David Stockman, President Reagan's admirable budget-cutter, is normally the most persuasive member of the White House team. But the other day at breakfast with a group of reporters, Stockman was far from convincing when challenged on the Reagan administration's failure to deal with "tax-expenditures" that swell the federal deficit.

"Tax expenditures are not subsidies [to the recipients] but accommodations to realities," Stockman said. That's a quibble, a distinction without a difference. Tax expenditures are subsidies, up and down the income scale. In fact, Stockman early on proposed some changes, and was shot down by President Reagan himself.

Tax expenditures" used to be called "tax loopholes." Altogether, there is a total of $282 billion in various exemptions, exclusions or other special tax privileges in the fiscal 1982 budget. They benefit both corporations and individuals, and -- as the last Carter budget document commentary observes -- "have objectives similar to those funded through direct appropriations."

In form and effect, there is very little to distinguish a budget item on the expenditure side from something carried on the books as a "tax expenditure" that lowers the receipts side of the ledger. For example, as the explanatory narrative in Carter's last budget observes, a payment through the CETA program to an employer for the extra costs of on-the-job training shows up as an appropriation, hence a spending item in the budget. But a jobs tax credit is listed as a "tax expenditure," although both contribute to the federal deficit and both lower the employer's cost of hiring certain less-skilled workers.

Although he admits he will have to find $29 billion in additional budget reductions for fiscal 1983 and $44 billion in fiscal 1984 to achieve a theoretical balance in that year, Stockman isn't touching that $282 billion in tax expenditures -- a veritable gold mine.

Why? "This administration was elected to cut taxes, not to raise them," he told this reporter. The administration's game plan is aimed primarily at easing the tax burden in the upper brackets. If, at the same time, tax expenditures are reduced, "then . . . you have done nothing," Stockman said. In other words -- although the administration certainly won't put it this way -- it wants not only to cut taxes in the upper brackets by reducing marginal rates but to make sure it is not diluting the benefits of those cuts by weakening any upper-bracket tax shelters.

Somehow, this doesn't match up well with one of the basic theoretical justifications of supply-side tax economics -- that is, if the top 70 percent marginal rate on "unearned" income is brought down to no more than the top 50 percent rate on earned income, the incentive to seek tax shelters will dissipate.

The Carter administration had proposed some small changes in the current tax expenditures, adding some and abandoning a few others.
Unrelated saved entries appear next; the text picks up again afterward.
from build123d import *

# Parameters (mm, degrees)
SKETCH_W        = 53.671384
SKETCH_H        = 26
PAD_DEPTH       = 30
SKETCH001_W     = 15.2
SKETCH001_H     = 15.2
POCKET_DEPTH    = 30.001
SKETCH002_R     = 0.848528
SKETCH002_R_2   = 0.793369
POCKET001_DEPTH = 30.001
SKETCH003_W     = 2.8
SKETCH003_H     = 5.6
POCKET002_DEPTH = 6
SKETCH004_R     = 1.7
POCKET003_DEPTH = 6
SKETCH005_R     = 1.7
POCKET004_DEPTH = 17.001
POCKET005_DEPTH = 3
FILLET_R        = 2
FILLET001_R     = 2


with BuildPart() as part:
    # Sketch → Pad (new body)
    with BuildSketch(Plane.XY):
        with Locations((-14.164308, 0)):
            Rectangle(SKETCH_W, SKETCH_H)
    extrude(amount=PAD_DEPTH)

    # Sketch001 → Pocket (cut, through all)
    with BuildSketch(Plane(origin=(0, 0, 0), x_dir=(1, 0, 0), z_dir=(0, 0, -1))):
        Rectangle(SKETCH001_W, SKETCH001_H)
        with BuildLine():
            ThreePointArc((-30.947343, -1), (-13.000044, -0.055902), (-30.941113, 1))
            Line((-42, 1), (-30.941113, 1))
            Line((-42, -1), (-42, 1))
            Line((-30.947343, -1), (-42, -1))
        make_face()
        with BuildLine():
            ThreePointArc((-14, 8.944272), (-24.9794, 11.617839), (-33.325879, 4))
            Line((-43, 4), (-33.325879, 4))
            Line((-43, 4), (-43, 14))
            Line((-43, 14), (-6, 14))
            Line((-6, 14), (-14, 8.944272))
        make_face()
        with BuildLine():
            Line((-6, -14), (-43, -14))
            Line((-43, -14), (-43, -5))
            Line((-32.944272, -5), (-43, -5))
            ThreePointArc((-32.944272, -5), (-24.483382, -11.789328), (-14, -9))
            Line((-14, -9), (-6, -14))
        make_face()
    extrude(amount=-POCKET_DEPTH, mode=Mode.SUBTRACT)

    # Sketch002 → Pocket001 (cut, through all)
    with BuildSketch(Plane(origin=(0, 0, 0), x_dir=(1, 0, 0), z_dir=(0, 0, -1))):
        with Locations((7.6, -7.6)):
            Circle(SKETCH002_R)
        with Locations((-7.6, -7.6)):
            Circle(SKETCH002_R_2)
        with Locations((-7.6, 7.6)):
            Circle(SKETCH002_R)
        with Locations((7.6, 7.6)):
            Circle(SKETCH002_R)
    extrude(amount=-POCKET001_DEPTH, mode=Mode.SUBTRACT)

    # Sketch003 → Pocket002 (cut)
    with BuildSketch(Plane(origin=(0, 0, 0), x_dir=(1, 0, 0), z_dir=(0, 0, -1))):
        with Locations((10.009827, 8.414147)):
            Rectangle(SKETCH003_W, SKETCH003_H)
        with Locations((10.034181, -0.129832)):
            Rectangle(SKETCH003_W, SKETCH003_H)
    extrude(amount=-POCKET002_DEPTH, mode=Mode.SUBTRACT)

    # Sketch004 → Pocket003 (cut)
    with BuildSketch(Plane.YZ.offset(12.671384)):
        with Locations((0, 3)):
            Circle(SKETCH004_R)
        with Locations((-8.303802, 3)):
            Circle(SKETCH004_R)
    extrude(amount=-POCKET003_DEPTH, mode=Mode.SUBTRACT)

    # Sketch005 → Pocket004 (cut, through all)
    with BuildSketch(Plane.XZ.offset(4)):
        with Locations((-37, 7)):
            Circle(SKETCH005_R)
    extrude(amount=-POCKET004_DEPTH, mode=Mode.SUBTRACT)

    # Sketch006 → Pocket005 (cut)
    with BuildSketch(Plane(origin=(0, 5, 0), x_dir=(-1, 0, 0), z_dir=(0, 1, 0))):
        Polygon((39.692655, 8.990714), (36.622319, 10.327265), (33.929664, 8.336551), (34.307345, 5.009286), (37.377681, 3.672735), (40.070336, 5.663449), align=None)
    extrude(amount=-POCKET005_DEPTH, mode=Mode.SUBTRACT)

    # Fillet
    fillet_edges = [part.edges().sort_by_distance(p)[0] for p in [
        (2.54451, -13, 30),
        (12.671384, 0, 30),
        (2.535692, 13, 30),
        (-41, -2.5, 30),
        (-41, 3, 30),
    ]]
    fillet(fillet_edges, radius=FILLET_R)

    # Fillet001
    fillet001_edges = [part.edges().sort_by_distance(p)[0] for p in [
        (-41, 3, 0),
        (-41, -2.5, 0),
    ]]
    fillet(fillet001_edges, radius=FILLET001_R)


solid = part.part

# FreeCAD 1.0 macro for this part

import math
import FreeCAD as App
import Part
import Sketcher
Q = App.Units.Quantity


def edges_at(feature, points):
    """Names of the edges that pass closest to the given points."""
    edges = feature.Shape.Edges
    near = lambda p: min(range(len(edges)), key=lambda i: edges[i].distToShape(Part.Vertex(*p))[0])
    return sorted({f"Edge{near(p) + 1}" for p in points})


def add_polygon(sketch, points):
    """Adds a closed chain of lines whose ends are joined by coincident constraints."""
    first, n = sketch.GeometryCount, len(points)
    for a, b in zip(points, points[1:] + points[:1]):
        sketch.addGeometry(Part.LineSegment(App.Vector(*a, 0), App.Vector(*b, 0)), False)
    for i in range(n):
        sketch.addConstraint(Sketcher.Constraint("Coincident", first + i, 2, first + (i + 1) % n, 1))

doc = App.newDocument("Part")
body = doc.addObject("PartDesign::Body", "Body")

sketch1 = doc.addObject("Sketcher::SketchObject", "Sketch")
body.addObject(sketch1)
sketch1.AttachmentSupport = (doc.XY_Plane, [""])
sketch1.MapMode = "FlatFace"
add_polygon(sketch1, [(-41, 13), (-41, -13), (13, -13), (13, 13)])
sketch1.addConstraint(Sketcher.Constraint("Vertical", 0))
sketch1.addConstraint(Sketcher.Constraint("Horizontal", 1))
sketch1.addConstraint(Sketcher.Constraint("Vertical", 2))
sketch1.addConstraint(Sketcher.Constraint("Horizontal", 3))
sketch1.addConstraint(Sketcher.Constraint("DistanceY", 0, 2, 0, 1, Q("26 mm")))
sketch1.addConstraint(Sketcher.Constraint("DistanceX", 0, 2, -1, 1, Q("41 mm")))
sketch1.addConstraint(Sketcher.Constraint("DistanceY", 0, 2, -1, 1, Q("13 mm")))
sketch1.addConstraint(Sketcher.Constraint("DistanceX", 1, 1, 1, 2, Q("53.671384 mm")))
pad1 = doc.addObject("PartDesign::Pad", "Pad")
body.addObject(pad1)
pad1.Profile = sketch1
pad1.Length = 30

sketch2 = doc.addObject("Sketcher::SketchObject", "Sketch001")
body.addObject(sketch2)
sketch2.AttachmentSupport = (doc.XY_Plane, [""])
sketch2.MapMode = "FlatFace"
add_polygon(sketch2, [(-7.6, -7.6), (-7.6, 7.6), (7.6, 7.6), (7.6, -7.6)])
sketch2.addGeometry(Part.ArcOfCircle(Part.Circle(App.Vector(-22, 0, 0), App.Vector(0, 0, 1), 9), math.radians(-173), math.radians(174)), False)
sketch2.addGeometry(Part.LineSegment(App.Vector(-30.9, -1, 0), App.Vector(-42, -1, 0)), False)
sketch2.addGeometry(Part.LineSegment(App.Vector(-42, -1, 0), App.Vector(-42, 1, 0)), False)
sketch2.addGeometry(Part.LineSegment(App.Vector(-42, 1, 0), App.Vector(-30.9, 1, 0)), False)
sketch2.addGeometry(Part.ArcOfCircle(Part.Circle(App.Vector(-22, 0, 0), App.Vector(0, 0, 1), 12), math.radians(-160), math.radians(-48)), False)
sketch2.addGeometry(Part.LineSegment(App.Vector(-14, -8.9, 0), App.Vector(-6, -14, 0)), False)
sketch2.addGeometry(Part.LineSegment(App.Vector(-6, -14, 0), App.Vector(-43, -14, 0)), False)
sketch2.addGeometry(Part.LineSegment(App.Vector(-43, -14, 0), App.Vector(-43, -4, 0)), False)
sketch2.addGeometry(Part.LineSegment(App.Vector(-43, -4, 0), App.Vector(-33.3, -4, 0)), False)
sketch2.addGeometry(Part.LineSegment(App.Vector(-43, 14, 0), App.Vector(-6, 14, 0)), False)
sketch2.addGeometry(Part.LineSegment(App.Vector(-6, 14, 0), App.Vector(-14, 9, 0)), False)
sketch2.addGeometry(Part.ArcOfCircle(Part.Circle(App.Vector(-22, 0, 0), App.Vector(0, 0, 1), 12), math.radians(48), math.radians(156)), False)
sketch2.addGeometry(Part.LineSegment(App.Vector(-32.9, 5, 0), App.Vector(-43, 5, 0)), False)
sketch2.addGeometry(Part.LineSegment(App.Vector(-43, 5, 0), App.Vector(-43, 14, 0)), False)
Stockman should have been ordered to brush aside the timid Carter approach. He could be rubbing his hands gleefully, running through that $282 billion worth of tax expenditures on pages 226-236 of Special Analysis G.

True enough, there would be some "sacred cow" problems -- homeowners' mortgage deductions ($35 billion), benefits for the elderly ($15.8 billion in exclusion of taxes on Social Security, the extra tax credit, etc.) and exclusion of employer contributions to medical benefits ($16.6 billion), among others.

Before the phone starts ringing off the hook, let me stress than I am not necessarily advocating doing away with mortgage interest deductions or taxing Social Security or other retirement benefits. (I would rather see the administration go after the automatic indexing formula.) But I do think that in that list of nearly $300 billion in tax concessions there must be some loopholes that could be plugged, enabling President Reagan to come close to balancing the budget without hitting so hard at those just marginally above the poverty line.

Instead of saving $1.6 billion in the food stamp program, for example, I would rather see Reagan take away the $1.7 billion in the tax expenditure budget for oil and gas depletion allowances. With prices deregulated, why does the oil-gas industry need depletion allowances too? (There's another $1 billion tax expenditure item for "expensing" oil and gas exploration and development costs.)

Or how about the $4.8 billion in the tax expenditure list representing exclusion of interest of life insurance savings from taxation? By abandoning that special privilege (not offset by special taxation of the insurance companies, as tax specialist Richard Goode has observed), the administration could restore its entire planned cut in the black lung trust fund and the cutbacks in Medicaid and child nutrition funds, maintain the present unemployment benefit structure -- and have a few hundred million bucks left over.